*** Opening of DATA RECORDS ***

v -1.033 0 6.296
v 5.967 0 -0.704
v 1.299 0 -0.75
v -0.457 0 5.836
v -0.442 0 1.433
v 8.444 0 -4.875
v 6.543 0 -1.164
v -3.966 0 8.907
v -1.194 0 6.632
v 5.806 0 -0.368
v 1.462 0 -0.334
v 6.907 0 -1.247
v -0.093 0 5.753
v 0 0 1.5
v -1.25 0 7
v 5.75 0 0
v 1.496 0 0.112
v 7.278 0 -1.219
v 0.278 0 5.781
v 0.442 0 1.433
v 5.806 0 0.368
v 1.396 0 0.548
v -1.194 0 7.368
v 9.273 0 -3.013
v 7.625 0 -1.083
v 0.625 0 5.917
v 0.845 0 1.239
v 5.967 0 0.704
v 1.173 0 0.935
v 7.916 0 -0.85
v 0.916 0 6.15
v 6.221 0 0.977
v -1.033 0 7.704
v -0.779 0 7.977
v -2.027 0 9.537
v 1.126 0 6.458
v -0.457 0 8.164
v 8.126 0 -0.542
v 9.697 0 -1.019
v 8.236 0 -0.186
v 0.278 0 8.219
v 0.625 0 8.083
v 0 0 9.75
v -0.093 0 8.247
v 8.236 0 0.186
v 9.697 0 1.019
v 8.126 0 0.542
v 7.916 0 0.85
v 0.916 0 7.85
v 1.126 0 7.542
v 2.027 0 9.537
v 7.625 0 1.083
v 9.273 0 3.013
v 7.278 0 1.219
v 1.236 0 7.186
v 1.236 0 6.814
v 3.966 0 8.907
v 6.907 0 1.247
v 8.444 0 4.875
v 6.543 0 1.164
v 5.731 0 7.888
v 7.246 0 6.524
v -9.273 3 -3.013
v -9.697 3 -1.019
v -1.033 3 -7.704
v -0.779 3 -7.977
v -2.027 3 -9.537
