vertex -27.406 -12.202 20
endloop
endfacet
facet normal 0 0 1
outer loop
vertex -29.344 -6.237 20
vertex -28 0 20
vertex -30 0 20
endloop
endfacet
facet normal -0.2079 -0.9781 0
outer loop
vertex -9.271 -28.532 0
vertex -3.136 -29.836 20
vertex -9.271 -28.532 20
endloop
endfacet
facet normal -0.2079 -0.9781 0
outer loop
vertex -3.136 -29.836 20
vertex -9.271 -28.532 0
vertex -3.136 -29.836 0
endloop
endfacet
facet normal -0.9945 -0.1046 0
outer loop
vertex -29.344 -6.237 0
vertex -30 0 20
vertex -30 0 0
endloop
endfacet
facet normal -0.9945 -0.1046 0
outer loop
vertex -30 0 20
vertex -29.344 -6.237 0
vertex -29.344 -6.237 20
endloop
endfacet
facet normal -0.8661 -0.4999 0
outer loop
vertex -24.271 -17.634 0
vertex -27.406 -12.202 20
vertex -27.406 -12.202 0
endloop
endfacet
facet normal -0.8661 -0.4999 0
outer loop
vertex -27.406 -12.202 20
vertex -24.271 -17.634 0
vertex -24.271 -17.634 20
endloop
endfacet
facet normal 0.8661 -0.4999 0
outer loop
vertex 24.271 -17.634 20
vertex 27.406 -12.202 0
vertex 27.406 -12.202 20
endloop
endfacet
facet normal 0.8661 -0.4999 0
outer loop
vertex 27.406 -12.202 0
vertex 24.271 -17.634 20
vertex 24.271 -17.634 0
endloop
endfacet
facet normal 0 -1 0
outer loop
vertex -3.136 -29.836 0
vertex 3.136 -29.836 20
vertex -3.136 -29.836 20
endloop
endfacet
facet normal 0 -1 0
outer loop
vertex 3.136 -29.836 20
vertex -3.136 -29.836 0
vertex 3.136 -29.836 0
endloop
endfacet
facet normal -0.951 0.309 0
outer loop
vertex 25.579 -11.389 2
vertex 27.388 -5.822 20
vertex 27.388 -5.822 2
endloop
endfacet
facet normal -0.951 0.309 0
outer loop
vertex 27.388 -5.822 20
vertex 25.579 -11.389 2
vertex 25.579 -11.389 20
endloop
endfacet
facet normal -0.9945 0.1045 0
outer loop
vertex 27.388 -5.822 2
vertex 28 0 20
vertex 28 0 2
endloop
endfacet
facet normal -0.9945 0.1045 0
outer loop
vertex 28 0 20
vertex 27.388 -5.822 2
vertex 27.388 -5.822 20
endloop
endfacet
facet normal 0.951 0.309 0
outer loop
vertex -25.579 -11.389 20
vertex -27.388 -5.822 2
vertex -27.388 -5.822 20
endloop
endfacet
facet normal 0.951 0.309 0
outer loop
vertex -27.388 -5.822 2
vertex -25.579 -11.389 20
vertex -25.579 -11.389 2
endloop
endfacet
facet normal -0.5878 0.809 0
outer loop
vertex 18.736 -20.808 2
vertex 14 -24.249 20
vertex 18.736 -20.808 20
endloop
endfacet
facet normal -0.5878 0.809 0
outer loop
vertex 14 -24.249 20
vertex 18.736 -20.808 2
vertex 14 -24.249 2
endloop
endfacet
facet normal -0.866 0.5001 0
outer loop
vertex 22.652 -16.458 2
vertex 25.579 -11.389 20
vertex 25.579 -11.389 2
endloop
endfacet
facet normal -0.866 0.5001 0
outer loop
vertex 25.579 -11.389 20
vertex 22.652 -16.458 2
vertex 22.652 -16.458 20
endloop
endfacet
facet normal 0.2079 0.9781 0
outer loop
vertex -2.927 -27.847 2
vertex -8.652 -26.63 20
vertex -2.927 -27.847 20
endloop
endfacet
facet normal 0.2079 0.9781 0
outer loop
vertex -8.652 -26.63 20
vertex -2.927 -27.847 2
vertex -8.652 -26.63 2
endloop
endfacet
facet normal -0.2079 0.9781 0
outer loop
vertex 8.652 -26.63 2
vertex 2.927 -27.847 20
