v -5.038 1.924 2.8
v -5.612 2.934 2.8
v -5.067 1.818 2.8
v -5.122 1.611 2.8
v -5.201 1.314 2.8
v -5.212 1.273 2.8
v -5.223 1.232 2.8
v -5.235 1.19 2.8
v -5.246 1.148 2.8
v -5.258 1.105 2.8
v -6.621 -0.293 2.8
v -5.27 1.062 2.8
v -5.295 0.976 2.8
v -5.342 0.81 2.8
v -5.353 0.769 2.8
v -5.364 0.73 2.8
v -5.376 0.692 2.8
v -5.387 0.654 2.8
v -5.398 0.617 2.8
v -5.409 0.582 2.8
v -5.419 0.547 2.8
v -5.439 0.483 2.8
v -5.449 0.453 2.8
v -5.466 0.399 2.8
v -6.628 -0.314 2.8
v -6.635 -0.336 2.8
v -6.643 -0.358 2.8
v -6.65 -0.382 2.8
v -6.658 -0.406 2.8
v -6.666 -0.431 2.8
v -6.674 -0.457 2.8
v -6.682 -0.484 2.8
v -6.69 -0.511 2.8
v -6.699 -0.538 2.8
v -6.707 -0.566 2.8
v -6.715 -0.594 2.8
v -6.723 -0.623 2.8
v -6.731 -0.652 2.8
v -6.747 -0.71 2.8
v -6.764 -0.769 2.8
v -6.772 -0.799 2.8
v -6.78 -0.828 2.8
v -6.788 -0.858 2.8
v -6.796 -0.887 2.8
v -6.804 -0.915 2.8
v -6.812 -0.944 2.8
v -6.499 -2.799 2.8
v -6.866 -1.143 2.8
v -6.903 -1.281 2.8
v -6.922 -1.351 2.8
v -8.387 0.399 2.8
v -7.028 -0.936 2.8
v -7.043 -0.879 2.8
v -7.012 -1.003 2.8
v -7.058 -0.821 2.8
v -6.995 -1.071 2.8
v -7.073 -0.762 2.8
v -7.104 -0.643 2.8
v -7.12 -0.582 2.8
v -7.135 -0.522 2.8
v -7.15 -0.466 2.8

*** Close of DATA RECORDS ***

Up to and including the line with "v 9.697 0 1.019", output each line of the entries above exactly, starting from the first.

- [ANSWER]:
v -1.033 0 6.296
v 5.967 0 -0.704
v 1.299 0 -0.75
v -0.457 0 5.836
v -0.442 0 1.433
v 8.444 0 -4.875
v 6.543 0 -1.164
v -3.966 0 8.907
v -1.194 0 6.632
v 5.806 0 -0.368
v 1.462 0 -0.334
v 6.907 0 -1.247
v -0.093 0 5.753
v 0 0 1.5
v -1.25 0 7
v 5.75 0 0
v 1.496 0 0.112
v 7.278 0 -1.219
v 0.278 0 5.781
v 0.442 0 1.433
v 5.806 0 0.368
v 1.396 0 0.548
v -1.194 0 7.368
v 9.273 0 -3.013
v 7.625 0 -1.083
v 0.625 0 5.917
v 0.845 0 1.239
v 5.967 0 0.704
v 1.173 0 0.935
v 7.916 0 -0.85
v 0.916 0 6.15
v 6.221 0 0.977
v -1.033 0 7.704
v -0.779 0 7.977
v -2.027 0 9.537
v 1.126 0 6.458
v -0.457 0 8.164
v 8.126 0 -0.542
v 9.697 0 -1.019
v 8.236 0 -0.186
v 0.278 0 8.219
v 0.625 0 8.083
v 0 0 9.75
v -0.093 0 8.247
v 8.236 0 0.186
v 9.697 0 1.019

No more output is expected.